Text / embedding outlier screening¶
Embedding spaces often contain topical clusters and occasional off-topic documents. Robust scatter estimators provide a simple way to rank unusual embeddings without training a supervised classifier.
Result at a glance¶
The example selects StudentTScatter and recovers all injected outlier embeddings in the lightweight simulation. This makes a good entry point for document review, moderation, and search-quality diagnostics.
What the data represent¶
The data are synthetic embedding-like vectors: a central topic cloud plus a small group of off-topic points. The goal is to mimic the geometry of sentence or document embeddings without requiring external models.
Why this estimator¶
AutoRobustScatter chooses among robust scatter candidates.

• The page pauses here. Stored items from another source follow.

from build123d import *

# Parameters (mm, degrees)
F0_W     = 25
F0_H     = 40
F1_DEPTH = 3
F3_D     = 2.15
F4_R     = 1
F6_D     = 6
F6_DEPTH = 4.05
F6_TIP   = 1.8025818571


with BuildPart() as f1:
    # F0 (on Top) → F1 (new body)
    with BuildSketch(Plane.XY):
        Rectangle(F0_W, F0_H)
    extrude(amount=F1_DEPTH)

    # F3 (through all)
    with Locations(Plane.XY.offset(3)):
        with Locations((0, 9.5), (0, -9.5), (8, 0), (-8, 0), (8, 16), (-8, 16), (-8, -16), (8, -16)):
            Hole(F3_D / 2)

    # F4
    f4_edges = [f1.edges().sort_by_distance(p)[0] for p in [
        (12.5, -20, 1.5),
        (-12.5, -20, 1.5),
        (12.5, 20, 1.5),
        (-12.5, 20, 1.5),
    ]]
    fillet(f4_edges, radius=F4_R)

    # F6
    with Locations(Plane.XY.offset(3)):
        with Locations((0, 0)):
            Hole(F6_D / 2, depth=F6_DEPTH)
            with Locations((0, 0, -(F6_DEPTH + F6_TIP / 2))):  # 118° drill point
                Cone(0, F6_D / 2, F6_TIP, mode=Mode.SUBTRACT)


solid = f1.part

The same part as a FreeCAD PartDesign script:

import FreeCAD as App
import Part
import Sketcher

V = App.Vector
Q = App.Units.Quantity


def edges_at(feature, points):
    """Names of the edges that pass closest to the given points."""
    edges = feature.Shape.Edges
    near = lambda p: min(range(len(edges)), key=lambda i: edges[i].distToShape(Part.Vertex(*p))[0])
    return sorted({f"Edge{near(p) + 1}" for p in points})


def add_polygon(sketch, points):
    """Adds a closed chain of lines whose ends are joined by coincident constraints."""
    first, n = sketch.GeometryCount, len(points)
    for a, b in zip(points, points[1:] + points[:1]):
        sketch.addGeometry(Part.LineSegment(App.Vector(*a, 0), App.Vector(*b, 0)), False)
    for i in range(n):
        sketch.addConstraint(Sketcher.Constraint("Coincident", first + i, 2, first + (i + 1) % n, 1))

doc = App.newDocument("Part")
body = doc.addObject("PartDesign::Body", "Body")

# Sketch on XY plane
sketch1 = body.newObject("Sketcher::SketchObject", "Sketch")
sketch1.AttachmentSupport = (doc.getObject("XY_Plane"), [""])
sketch1.MapMode = "FlatFace"
add_polygon(sketch1, [(-12.5, 20), (-12.5, -20), (12.5, -20), (12.5, 20)])  # lines 0-3
sketch1.addConstraint(Sketcher.Constraint("Vertical", 0))
sketch1.addConstraint(Sketcher.Constraint("Horizontal", 1))
sketch1.addConstraint(Sketcher.Constraint("Vertical", 2))
sketch1.addConstraint(Sketcher.Constraint("Horizontal", 3))
sketch1.addConstraint(Sketcher.Constraint("Symmetric", 0, 2, 2, 2, -1, 1))
sketch1.addConstraint(Sketcher.Constraint("DistanceX", 1, 1, 1, 2, Q("25 mm")))
sketch1.addConstraint(Sketcher.Constraint("DistanceY", 0, 2, 0, 1, Q("40 mm")))
pad1 = body.newObject("PartDesign::Pad", "Pad")
pad1.Profile = sketch1
pad1.Length = 3

# Sketch on XY plane
sketch2 = body.newObject("Sketcher::SketchObject", "Sketch001")
sketch2.AttachmentSupport = (doc.getObject("XY_Plane"), [""])
sketch2.MapMode = "FlatFace"
sketch2.AttachmentOffset = App.Placement(V(0, 0, 3), App.Rotation())
sketch2.addGeometry(Part.Circle(V(0, 9.5, 0), V(0, 0, 1), 1.075), False)
sketch2.addGeometry(Part.Circle(V(0, -9.5, 0), V(0, 0, 1), 1.075), False)
sketch2.addGeometry(Part.Circle(V(8, 0, 0), V(0, 0, 1), 1.075), False)
sketch2.addGeometry(Part.Circle(V(-8, 0, 0), V(0, 0, 1), 1.075), False)
sketch2.addGeometry(Part.Circle(V(8, 16, 0), V(0, 0, 1), 1.075), False)
sketch2.addGeometry(Part.Circle(V(-8, 16, 0), V(0, 0, 1), 1.075), False)
sketch2.addGeometry(Part.Circle(V(-8, -16, 0), V(0, 0, 1), 1.075), False)
sketch2.addGeometry(Part.Circle(V(8, -16, 0), V(0, 0, 1), 1.075), False)
sketch2.addConstraint(Sketcher.Constraint("Equal", 0, 1))
sketch2.addConstraint(Sketcher.Constraint("Equal", 1, 2))
sketch2.addConstraint(Sketcher.Constraint("Equal", 2, 3))
sketch2.addConstraint(Sketcher.Constraint("Equal", 3, 4))
sketch2.addConstraint(Sketcher.Constraint("Equal", 4, 5))
sketch2.addConstraint(Sketcher.Constraint("Equal", 5, 6))
sketch2.addConstraint(Sketcher.Constraint("Equal", 6, 7))
sketch2.addConstraint(Sketcher.Constraint("Symmetric", 0, 3, 1, 3, -1, 1))
sketch2.addConstraint(Sketcher.Constraint("Symmetric", 2, 3, 3, 3, -1, 1))
sketch2.addConstraint(Sketcher.Constraint("Symmetric", 4, 3, 6, 3, -1, 1))
sketch2.addConstraint(Sketcher.Constraint("Symmetric", 5, 3, 7, 3, -1, 1))
sketch2.addConstraint(Sketcher.Constraint("Symmetric", 4, 3, 5, 3, -2))
sketch2.addConstraint(Sketcher.Constraint("PointOnObject", 0, 3, -2))
sketch2.addConstraint(Sketcher.Constraint("PointOnObject", 2, 3, -1))
sketch2.addConstraint(Sketcher.Constraint("Vertical", 2, 3, 4, 3))
sketch2.addConstraint(Sketcher.Constraint("Diameter", 0, Q("2.15 mm")))
sketch2.addConstraint(Sketcher.Constraint("DistanceX", -1, 1, 2, 3, Q("8 mm")))
sketch2.addConstraint(Sketcher.Constraint("DistanceY", -1, 1, 4, 3, Q("16 mm")))
sketch2.addConstraint(Sketcher.Constraint("DistanceY", 1, 3, 0, 3, Q("19 mm")))
doc.recompute()
hole = body.newObject("PartDesign::Hole", "Hole")
hole.Profile = sketch2
hole.ThreadType = "None"
hole.Diameter = 2.15
hole.DepthType = "ThroughAll"
doc.recompute()

fillet = body.newObject("PartDesign::Fillet", "Fillet")
fillet.Base = (hole, edges_at(hole, [
    (12.5, -20, 1.5),
    (-12.5, -20, 1.5),
    (12.5, 20, 1.5),
    (-12.5, 20, 1.5),
]))
fillet.Radius = 1

# Sketch on XY plane
sketch3 = body.newObject("Sketcher::SketchObject", "Sketch002")
sketch3.AttachmentSupport = (doc.getObject("XY_Plane"), [""])
sketch3.MapMode = "FlatFace"
sketch3.AttachmentOffset = App.Placement(V(0, 0, 3), App.Rotation())
sketch3.addGeometry(Part.Circle(V(0, 0, 0), V(0, 0, 1), 3), False)
sketch3.addConstraint(Sketcher.Constraint("Coincident", 0, 3, -1, 1))
sketch3.addConstraint(Sketcher.Constraint("Diameter", 0, Q("6 mm")))
doc.recompute()
hole2 = body.newObject("PartDesign::Hole", "Hole001")
hole2.Profile = sketch3
hole2.ThreadType = "None"
hole2.Diameter = 6
hole2.DepthType = "Dimension"
hole2.Depth = 4.05
hole2.DrillPoint = "Angled"
hole2.DrillPointAngle = 118

doc.recompute()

Student-t scatter is often a good compromise for diffuse, heavy-tailed embedding clouds.
Reproduce the result¶
python examples/use_case_text_embedding_outliers.py
Output from the run¶
embedding outlier screening
selected=StudentTScatter
precision=1.000, recall=1.000, detected=55
saved diagnostics to results/use_cases/embedding_outliers
Figures and diagnostics¶
How to read the result¶
Use the distance panel as a ranked review queue. The top-scoring embeddings are candidates for off-topic or low-quality items; the threshold should usually be calibrated by review capacity.
What this does not prove¶
Real embeddings can be strongly multimodal. For multiple legitimate topics, prefer cluster-aware robust distances or segment the corpus before fitting.